L’intelligence pénalisée.
La valeur du
point d’indice est de 378 FCFA pour les indices compris entre 100 et 300,
et de 155 FCFA pour les indices compris entre 301 et 1140; c’est du nivellement
par le bas, l’intelligence est pénalisée ; l’ardeur au travail est
sanctionné négativement ; avec cela il ne faut pas être surpris de
l’inertie de notre Administration ; les cadres supérieurs ainsi condamnés
pour avoir fréquenté longtemps ; ils sont plus préoccupés par leurs fins
de mois à arrondir, et s’engagent dans des activités génératrices de revenus à
corps perdus, souvent sans rapport avec leur formation initiale, au détriment
de leurs services.
Il y a
injustice, discrimination salariale ; la valeur du point d’indice varie
d’un corps à l’autre ; il n’ y a pas d’échelonnement indiciaire unique
pour toute la fonction publique ; certains, comme les magistrats, les
militaires et les policiers vont jusqu’à 1400, tandis que d’autres s’arrêtent à
1140. on voit des statuts
particuliers par-ci, des statuts spéciaux par-là, etc., qui consacrent une
véritable ségrégation que rien de logique ne justifie.
La politique
salariale est ainsi marquée par l’iniquité, l’arbitraire, l’improvisation, la
navigation à vue ; elle est incohérente, inconséquente, inconsistante..
Cet état de
choses pose des problèmes qui ne peuvent être résolus que par la fixation, par
voie de négociation avec les représentants des travailleurs, de la rémunération
convenable telle que définie par Saint Thomas d’Aquin selon qui le juste salaire
est celui qui permet à son bénéficiaire d'avoir une vie conforme à sa position
sociale.
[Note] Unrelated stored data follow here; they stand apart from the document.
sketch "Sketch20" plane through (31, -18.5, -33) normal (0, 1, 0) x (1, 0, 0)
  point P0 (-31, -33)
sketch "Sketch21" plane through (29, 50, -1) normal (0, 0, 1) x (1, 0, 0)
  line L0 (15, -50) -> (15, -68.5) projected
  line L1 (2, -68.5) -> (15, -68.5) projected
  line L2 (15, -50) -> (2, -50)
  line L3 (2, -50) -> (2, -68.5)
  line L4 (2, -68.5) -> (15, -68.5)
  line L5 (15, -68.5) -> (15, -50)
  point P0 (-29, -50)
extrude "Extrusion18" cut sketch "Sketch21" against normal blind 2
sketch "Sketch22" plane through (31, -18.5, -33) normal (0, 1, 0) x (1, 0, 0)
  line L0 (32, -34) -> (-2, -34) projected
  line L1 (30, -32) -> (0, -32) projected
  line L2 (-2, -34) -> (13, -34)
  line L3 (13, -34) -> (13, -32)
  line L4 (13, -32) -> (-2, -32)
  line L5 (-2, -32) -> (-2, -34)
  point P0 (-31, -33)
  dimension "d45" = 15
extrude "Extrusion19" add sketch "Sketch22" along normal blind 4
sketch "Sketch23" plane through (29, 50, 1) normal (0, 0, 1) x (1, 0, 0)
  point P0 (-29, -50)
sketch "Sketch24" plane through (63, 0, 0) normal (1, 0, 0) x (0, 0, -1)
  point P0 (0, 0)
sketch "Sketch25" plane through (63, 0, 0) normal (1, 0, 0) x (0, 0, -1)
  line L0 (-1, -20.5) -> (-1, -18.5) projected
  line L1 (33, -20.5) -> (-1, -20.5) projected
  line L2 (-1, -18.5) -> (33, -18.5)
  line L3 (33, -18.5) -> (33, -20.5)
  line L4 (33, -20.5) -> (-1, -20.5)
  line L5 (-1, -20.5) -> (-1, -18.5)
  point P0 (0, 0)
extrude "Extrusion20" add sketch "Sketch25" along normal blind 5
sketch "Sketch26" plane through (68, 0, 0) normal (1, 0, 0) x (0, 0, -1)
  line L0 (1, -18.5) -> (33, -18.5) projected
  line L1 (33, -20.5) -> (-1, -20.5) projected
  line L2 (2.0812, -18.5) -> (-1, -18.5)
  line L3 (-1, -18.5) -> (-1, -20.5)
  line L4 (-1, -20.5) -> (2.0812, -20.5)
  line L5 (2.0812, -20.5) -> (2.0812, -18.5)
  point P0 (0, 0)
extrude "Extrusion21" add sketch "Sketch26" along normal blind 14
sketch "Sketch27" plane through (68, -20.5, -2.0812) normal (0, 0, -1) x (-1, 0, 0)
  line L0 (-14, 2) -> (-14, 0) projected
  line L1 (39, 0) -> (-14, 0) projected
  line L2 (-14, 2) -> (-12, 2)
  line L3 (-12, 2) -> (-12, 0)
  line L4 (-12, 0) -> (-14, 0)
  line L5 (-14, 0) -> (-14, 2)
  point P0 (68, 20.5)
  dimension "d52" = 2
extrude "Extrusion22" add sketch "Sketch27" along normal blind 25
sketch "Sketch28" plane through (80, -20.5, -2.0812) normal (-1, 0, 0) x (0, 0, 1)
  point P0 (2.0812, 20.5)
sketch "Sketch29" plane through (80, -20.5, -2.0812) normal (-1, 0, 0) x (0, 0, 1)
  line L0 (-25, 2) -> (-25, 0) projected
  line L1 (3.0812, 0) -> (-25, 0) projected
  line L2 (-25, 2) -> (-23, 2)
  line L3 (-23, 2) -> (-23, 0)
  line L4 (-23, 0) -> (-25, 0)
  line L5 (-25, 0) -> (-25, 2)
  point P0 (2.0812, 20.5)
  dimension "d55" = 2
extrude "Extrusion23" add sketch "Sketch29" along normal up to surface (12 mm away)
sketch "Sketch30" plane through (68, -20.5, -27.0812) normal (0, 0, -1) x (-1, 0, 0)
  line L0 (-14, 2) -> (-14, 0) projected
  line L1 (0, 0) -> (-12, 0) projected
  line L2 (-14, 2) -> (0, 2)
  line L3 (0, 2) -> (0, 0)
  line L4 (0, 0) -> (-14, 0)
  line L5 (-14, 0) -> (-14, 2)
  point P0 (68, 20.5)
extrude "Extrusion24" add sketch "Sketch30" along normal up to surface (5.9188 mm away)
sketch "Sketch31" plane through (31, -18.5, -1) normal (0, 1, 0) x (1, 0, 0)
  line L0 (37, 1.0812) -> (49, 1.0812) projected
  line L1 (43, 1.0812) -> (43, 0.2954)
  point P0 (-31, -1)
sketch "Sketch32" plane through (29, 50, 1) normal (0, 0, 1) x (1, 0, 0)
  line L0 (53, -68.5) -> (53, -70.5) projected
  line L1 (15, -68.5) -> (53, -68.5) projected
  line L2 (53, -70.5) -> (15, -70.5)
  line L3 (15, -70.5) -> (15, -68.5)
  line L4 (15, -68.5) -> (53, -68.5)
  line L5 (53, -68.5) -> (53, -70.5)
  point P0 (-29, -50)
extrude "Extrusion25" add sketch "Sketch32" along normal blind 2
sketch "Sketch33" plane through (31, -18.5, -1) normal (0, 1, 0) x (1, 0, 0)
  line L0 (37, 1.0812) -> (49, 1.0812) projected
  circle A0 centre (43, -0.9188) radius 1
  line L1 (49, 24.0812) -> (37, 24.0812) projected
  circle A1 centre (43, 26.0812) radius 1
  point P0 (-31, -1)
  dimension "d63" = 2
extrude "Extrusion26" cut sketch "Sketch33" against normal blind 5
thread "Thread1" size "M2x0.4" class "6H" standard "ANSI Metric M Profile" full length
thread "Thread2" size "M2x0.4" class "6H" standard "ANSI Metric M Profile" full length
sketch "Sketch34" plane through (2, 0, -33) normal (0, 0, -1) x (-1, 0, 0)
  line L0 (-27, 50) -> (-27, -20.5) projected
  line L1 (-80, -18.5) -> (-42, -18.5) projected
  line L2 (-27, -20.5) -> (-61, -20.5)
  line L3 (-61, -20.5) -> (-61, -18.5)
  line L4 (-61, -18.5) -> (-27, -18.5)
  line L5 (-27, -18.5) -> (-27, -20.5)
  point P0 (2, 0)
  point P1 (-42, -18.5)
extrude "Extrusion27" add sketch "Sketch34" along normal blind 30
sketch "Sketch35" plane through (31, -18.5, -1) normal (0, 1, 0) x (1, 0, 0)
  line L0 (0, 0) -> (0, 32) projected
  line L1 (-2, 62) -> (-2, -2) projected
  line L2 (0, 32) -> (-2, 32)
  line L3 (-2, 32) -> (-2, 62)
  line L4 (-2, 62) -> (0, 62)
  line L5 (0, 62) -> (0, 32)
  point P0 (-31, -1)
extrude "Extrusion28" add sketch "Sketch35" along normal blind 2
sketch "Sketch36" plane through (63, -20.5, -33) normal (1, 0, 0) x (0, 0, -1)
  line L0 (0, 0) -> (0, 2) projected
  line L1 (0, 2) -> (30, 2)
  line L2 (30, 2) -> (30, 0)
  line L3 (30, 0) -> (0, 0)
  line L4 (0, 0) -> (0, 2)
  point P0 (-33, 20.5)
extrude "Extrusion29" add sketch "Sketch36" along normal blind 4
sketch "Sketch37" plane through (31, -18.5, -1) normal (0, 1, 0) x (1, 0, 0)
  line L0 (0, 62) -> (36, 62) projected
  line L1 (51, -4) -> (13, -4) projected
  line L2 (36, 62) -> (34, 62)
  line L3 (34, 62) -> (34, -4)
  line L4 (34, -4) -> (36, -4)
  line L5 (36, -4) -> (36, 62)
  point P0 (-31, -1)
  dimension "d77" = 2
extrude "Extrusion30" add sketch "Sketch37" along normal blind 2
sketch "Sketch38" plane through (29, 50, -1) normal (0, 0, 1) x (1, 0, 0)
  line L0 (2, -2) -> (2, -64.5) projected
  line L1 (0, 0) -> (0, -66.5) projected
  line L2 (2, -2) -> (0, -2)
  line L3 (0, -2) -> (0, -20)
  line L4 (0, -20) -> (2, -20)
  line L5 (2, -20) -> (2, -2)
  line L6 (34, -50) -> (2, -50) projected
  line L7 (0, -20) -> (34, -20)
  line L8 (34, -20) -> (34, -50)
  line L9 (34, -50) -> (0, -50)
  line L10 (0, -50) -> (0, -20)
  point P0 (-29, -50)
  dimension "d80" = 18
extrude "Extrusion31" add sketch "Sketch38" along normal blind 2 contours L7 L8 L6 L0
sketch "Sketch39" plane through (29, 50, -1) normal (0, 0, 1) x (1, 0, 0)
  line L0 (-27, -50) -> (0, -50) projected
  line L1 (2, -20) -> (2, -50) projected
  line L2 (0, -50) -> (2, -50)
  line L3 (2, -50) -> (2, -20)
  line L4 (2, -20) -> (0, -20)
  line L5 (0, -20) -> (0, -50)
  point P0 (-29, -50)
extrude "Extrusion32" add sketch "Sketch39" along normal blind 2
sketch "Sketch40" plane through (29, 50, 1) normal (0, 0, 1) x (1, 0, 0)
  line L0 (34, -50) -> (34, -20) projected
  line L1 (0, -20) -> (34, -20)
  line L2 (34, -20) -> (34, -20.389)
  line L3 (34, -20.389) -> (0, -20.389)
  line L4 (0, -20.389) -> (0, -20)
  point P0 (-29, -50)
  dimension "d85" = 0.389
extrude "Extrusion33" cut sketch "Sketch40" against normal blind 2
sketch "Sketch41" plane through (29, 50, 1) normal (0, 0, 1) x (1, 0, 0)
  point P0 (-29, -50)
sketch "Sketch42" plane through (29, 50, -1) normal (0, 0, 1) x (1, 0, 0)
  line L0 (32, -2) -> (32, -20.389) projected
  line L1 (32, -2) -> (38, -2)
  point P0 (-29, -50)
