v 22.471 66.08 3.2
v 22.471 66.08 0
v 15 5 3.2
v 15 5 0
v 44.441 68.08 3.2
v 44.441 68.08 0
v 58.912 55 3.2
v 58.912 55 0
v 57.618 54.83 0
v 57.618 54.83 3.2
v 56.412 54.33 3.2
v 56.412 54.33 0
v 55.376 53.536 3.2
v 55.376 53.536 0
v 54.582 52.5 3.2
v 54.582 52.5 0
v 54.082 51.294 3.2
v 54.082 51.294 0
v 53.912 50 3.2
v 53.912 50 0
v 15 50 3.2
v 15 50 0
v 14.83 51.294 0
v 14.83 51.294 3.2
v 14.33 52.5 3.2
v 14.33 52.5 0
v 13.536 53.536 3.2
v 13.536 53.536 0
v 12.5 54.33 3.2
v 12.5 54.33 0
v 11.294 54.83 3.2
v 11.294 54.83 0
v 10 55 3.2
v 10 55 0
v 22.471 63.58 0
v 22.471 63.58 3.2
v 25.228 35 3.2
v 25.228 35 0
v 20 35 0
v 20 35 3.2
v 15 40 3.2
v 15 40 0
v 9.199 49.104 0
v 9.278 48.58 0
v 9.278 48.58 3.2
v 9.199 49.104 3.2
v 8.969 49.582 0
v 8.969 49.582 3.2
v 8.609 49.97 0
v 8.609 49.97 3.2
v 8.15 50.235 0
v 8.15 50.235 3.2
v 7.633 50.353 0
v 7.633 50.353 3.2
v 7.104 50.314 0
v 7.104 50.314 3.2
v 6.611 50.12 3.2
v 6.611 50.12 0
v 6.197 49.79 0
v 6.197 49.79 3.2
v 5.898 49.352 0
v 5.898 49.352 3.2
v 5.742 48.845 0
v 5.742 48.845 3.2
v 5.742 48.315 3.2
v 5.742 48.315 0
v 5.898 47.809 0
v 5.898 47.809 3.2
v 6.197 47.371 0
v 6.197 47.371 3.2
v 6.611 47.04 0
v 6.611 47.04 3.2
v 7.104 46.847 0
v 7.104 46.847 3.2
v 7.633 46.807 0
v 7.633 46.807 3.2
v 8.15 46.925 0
Malheureusement, les autorités ne semblent pas pressées d’organiser
les élections professionnelles dans la fonction publique ; la sortie de
l’auberge n’est donc pas pour demain si les fonctionnaires continuent de se
croiser les bras en croyant à un père noël qui n’existe que dans les contes de
fées.
Obtenir un
avancement est un parcours du combattant au Cameroun ; vous devez aller à
Yaoundé déposer un dossier, et supposons qu’il ne disparaisse pas ; ce
dossier est traité pendant un temps indéterminé, et le pauvre fonctionnaire est
obligé d’effectuer de nombreux déplacements sur Yaoundé pour
« pousser » son dossier. Imaginez combien peuvent coûter tous ces
va-et-vient imprévus à celui qui est en poste à Ekondo Titi, à Mouloundou, à
Ngaoundéré, à Maroua, ou à Kousseri. Lorsque l’arrêté est signé, les effets
financiers ne suivent pas ; il faut porter soi même l’acte aux finances où
il faudra « bien parler » pour obtenir ces effets financiers, sans
les rappels. C’est pourtant précisé qu’une ampliation de l’arrêté devrait être
adressée aux finances pour exécution.
Et le Système
informatique de gestion intégrée des personnels de l’état et de la solde
(SIGIPES) ? Me direz-vous ? Sa mise en application, avec la
déconcentration de la gestion du personnel semble avoir plutôt compliqué les
choses. Embrouiller les procédures, telle est l’une de ces spécificités
camerounaises que nous devons au renouveau, et dont nous nous serions passés
bien volontiers. Qu’elle est loin, l’époque où le fonctionnaire était informé
de l’aboutissement de son dossier d’avancement par l’augmentation de son
salaire! Généralement, il faut composer plusieurs dossiers, parce que les
précédents disparaissent, aussi curieux que cela puisse paraître ; des
dossiers dûment enregistrés peuvent disparaître sans laisser de trace et il
faut recommencer. Le fonctionnaire souffre ainsi des dysfonctionnements dont il
n’est pas responsable. C’est pour cela qu’on trouve de nombreux agents qui
n’ont pas avancé de puis 7, 8, 9, voire 10 ans, par la faute de
l’Administration.
Le droit à la
santé, qui prévoit notamment que les dépenses de santé des fonctionnaires, de
leurs conjoints et de leurs enfants légitimes doivent être remboursés d’une
part, et l’évacuation sanitaire soit de l’intérieur du pays vers les hôpitaux
généraux, soit vers l’étranger, n’est pas effectif; les dossiers
disparaissent sans laisser de trace, pour ceux qui engagent la procédure.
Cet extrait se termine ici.